Source material -
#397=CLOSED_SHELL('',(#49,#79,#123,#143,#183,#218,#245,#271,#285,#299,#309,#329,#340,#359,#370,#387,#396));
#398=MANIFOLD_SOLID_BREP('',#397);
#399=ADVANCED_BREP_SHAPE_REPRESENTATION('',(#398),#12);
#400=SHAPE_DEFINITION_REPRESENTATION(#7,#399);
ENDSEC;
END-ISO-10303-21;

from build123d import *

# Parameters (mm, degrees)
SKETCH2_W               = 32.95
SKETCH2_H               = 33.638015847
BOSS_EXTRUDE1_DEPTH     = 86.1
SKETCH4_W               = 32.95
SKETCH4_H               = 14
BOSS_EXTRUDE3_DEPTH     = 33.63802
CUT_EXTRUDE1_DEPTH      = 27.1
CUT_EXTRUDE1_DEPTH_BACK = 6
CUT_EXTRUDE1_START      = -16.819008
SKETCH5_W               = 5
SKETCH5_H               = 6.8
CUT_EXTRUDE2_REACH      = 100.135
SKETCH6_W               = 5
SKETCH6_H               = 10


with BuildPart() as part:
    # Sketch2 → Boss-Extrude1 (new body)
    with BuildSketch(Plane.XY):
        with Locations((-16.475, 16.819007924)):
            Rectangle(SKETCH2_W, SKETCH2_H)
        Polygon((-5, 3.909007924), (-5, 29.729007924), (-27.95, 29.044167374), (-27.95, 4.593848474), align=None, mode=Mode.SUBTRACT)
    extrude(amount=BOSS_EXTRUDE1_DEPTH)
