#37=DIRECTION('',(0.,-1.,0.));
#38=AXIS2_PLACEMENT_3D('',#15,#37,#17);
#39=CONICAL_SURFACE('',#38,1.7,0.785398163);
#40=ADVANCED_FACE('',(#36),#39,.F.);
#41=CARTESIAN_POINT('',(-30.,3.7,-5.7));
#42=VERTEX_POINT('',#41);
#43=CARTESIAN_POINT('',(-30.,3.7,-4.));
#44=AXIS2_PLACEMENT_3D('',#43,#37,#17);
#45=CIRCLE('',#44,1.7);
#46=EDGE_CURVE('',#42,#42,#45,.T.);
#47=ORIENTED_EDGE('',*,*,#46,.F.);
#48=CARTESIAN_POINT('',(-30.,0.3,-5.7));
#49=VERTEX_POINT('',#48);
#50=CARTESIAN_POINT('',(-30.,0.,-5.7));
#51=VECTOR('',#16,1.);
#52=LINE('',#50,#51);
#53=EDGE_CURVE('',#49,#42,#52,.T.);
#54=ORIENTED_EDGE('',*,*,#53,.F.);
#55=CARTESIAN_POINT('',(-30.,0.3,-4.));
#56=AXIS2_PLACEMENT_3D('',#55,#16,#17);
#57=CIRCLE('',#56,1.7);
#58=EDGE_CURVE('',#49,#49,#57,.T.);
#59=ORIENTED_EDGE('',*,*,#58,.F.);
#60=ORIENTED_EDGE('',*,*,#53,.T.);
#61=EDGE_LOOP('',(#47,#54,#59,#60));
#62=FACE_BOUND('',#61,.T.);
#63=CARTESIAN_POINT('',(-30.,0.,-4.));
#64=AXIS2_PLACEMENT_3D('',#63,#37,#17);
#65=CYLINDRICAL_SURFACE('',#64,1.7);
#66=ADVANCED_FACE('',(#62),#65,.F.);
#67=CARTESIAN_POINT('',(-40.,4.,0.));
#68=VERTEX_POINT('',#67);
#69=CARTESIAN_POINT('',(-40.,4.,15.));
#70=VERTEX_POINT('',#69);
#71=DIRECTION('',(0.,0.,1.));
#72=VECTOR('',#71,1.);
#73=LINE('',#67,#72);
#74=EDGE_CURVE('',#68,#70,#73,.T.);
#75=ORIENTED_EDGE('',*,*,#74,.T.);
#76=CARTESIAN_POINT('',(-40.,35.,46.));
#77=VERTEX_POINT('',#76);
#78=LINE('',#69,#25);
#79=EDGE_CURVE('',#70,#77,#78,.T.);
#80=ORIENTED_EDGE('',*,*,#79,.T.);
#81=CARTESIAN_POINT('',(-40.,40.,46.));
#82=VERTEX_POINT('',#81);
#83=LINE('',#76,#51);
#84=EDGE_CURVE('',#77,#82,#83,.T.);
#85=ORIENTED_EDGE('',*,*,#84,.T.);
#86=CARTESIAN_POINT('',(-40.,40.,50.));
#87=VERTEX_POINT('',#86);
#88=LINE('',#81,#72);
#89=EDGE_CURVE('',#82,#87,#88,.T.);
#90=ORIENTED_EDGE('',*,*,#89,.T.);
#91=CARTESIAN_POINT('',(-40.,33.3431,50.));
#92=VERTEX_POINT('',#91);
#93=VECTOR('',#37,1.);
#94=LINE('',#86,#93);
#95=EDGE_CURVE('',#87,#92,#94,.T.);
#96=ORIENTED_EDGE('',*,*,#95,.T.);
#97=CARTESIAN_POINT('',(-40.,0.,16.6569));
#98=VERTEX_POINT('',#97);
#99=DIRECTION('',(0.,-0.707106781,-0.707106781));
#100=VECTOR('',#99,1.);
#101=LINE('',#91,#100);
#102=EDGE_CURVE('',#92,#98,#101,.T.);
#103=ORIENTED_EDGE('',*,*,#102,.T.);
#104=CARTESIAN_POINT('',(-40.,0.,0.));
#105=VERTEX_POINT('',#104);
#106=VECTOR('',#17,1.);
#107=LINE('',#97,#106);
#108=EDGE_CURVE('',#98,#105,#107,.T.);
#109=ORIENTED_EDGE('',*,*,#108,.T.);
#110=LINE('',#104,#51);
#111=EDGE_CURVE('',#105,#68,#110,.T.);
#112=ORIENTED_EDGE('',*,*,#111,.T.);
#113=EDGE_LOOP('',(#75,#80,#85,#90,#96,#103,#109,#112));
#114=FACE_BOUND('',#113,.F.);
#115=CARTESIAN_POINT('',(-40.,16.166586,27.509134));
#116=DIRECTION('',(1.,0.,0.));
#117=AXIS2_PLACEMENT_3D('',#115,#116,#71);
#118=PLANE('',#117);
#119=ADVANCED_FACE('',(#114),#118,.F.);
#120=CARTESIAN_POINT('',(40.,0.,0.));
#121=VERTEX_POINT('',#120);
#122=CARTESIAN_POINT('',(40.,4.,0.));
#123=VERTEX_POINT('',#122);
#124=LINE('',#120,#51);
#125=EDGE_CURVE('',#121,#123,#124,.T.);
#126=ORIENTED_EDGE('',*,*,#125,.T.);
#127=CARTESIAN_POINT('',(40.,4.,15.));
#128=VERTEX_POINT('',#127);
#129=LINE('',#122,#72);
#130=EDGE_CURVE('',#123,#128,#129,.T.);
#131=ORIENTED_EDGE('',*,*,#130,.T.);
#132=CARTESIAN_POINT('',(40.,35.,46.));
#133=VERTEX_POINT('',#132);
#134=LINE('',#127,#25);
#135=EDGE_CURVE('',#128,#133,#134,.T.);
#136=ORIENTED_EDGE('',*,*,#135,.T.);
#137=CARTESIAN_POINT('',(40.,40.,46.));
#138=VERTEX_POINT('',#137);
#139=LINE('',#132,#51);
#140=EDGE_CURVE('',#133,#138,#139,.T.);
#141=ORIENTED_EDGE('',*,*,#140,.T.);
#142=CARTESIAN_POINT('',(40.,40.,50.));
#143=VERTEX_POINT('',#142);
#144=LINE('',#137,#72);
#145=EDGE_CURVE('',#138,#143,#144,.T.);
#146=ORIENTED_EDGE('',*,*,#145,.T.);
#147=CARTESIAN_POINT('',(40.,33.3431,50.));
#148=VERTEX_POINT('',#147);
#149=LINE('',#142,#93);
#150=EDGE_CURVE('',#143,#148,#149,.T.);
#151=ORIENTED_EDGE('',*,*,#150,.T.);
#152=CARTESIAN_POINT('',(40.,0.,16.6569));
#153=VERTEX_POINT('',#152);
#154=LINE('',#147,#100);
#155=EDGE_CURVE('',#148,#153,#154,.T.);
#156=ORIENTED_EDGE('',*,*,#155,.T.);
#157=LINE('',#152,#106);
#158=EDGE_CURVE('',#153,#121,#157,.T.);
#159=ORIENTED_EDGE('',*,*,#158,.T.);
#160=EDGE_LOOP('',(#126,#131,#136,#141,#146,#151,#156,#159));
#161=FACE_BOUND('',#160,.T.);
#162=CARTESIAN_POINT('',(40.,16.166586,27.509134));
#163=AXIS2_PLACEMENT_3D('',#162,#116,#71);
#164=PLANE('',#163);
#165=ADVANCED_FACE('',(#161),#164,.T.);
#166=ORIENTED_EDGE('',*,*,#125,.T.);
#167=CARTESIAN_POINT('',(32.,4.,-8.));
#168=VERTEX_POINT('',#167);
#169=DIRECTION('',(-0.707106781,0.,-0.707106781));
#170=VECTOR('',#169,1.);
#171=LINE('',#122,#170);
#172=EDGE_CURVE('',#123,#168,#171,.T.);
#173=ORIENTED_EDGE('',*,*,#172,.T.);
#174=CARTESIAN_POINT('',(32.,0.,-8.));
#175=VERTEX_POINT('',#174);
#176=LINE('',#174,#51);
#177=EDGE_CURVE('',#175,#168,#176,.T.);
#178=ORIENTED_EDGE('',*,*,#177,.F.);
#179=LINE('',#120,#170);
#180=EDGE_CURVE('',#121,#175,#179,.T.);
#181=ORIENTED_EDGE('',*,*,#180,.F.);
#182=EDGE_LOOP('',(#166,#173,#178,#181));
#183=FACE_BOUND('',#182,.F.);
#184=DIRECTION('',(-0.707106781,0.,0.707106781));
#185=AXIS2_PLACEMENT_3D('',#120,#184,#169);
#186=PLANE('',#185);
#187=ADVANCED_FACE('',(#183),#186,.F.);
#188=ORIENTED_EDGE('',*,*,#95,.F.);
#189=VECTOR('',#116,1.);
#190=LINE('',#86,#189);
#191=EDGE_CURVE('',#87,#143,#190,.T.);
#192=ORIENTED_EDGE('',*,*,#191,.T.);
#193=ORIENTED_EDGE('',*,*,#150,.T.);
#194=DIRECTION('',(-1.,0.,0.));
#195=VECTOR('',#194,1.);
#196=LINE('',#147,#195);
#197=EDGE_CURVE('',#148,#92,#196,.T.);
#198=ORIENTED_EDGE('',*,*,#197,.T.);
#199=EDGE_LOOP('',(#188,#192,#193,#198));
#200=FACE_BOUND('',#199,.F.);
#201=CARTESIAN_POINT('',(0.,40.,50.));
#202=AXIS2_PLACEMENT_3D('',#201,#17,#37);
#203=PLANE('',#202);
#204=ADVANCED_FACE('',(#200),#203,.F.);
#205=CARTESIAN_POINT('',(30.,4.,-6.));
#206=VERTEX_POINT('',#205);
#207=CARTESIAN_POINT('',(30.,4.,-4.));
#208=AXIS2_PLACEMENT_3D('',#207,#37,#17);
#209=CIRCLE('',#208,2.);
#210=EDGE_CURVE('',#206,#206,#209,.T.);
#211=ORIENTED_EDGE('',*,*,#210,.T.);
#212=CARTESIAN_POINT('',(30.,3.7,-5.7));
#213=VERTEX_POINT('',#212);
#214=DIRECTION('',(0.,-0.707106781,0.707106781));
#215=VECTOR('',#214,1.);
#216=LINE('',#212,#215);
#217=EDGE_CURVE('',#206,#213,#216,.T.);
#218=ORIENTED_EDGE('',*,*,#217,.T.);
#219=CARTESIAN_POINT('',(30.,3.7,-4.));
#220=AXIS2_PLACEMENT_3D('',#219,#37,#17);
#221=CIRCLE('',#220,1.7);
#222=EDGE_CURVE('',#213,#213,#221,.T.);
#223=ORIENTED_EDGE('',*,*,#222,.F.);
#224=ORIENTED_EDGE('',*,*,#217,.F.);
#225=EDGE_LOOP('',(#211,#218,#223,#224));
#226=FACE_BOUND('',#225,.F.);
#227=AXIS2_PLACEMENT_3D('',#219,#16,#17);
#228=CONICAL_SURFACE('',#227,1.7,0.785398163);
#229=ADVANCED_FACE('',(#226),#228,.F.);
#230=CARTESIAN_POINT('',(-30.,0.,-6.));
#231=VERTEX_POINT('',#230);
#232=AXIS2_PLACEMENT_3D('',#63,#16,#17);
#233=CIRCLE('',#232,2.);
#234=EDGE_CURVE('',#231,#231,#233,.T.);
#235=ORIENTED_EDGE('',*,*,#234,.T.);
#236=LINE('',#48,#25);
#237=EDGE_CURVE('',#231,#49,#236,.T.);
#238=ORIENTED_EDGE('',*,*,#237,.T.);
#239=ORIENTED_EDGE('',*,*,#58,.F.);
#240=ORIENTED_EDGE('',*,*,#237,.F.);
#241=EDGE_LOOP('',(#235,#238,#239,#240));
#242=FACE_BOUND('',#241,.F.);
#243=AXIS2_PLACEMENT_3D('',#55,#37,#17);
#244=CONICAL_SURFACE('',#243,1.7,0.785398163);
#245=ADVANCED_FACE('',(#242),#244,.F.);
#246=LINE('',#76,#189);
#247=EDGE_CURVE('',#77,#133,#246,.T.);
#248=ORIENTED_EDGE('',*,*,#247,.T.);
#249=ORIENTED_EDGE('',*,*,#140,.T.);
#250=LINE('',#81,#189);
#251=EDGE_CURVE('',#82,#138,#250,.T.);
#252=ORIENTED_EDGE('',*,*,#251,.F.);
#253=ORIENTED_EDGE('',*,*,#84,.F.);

Task goal - Referring to the material above, set down exactly the lines between the line with "#50=CARTESIAN_POINT('',(-30.,0.,-5.7));" and the line with "#66=ADVANCED_FACE('',(#62),#65,.F.);", inclusive, and no other lines.

Response area -
#50=CARTESIAN_POINT('',(-30.,0.,-5.7));
#51=VECTOR('',#16,1.);
#52=LINE('',#50,#51);
#53=EDGE_CURVE('',#49,#42,#52,.T.);
#54=ORIENTED_EDGE('',*,*,#53,.F.);
#55=CARTESIAN_POINT('',(-30.,0.3,-4.));
#56=AXIS2_PLACEMENT_3D('',#55,#16,#17);
#57=CIRCLE('',#56,1.7);
#58=EDGE_CURVE('',#49,#49,#57,.T.);
#59=ORIENTED_EDGE('',*,*,#58,.F.);
#60=ORIENTED_EDGE('',*,*,#53,.T.);
#61=EDGE_LOOP('',(#47,#54,#59,#60));
#62=FACE_BOUND('',#61,.T.);
#63=CARTESIAN_POINT('',(-30.,0.,-4.));
#64=AXIS2_PLACEMENT_3D('',#63,#37,#17);
#65=CYLINDRICAL_SURFACE('',#64,1.7);
#66=ADVANCED_FACE('',(#62),#65,.F.);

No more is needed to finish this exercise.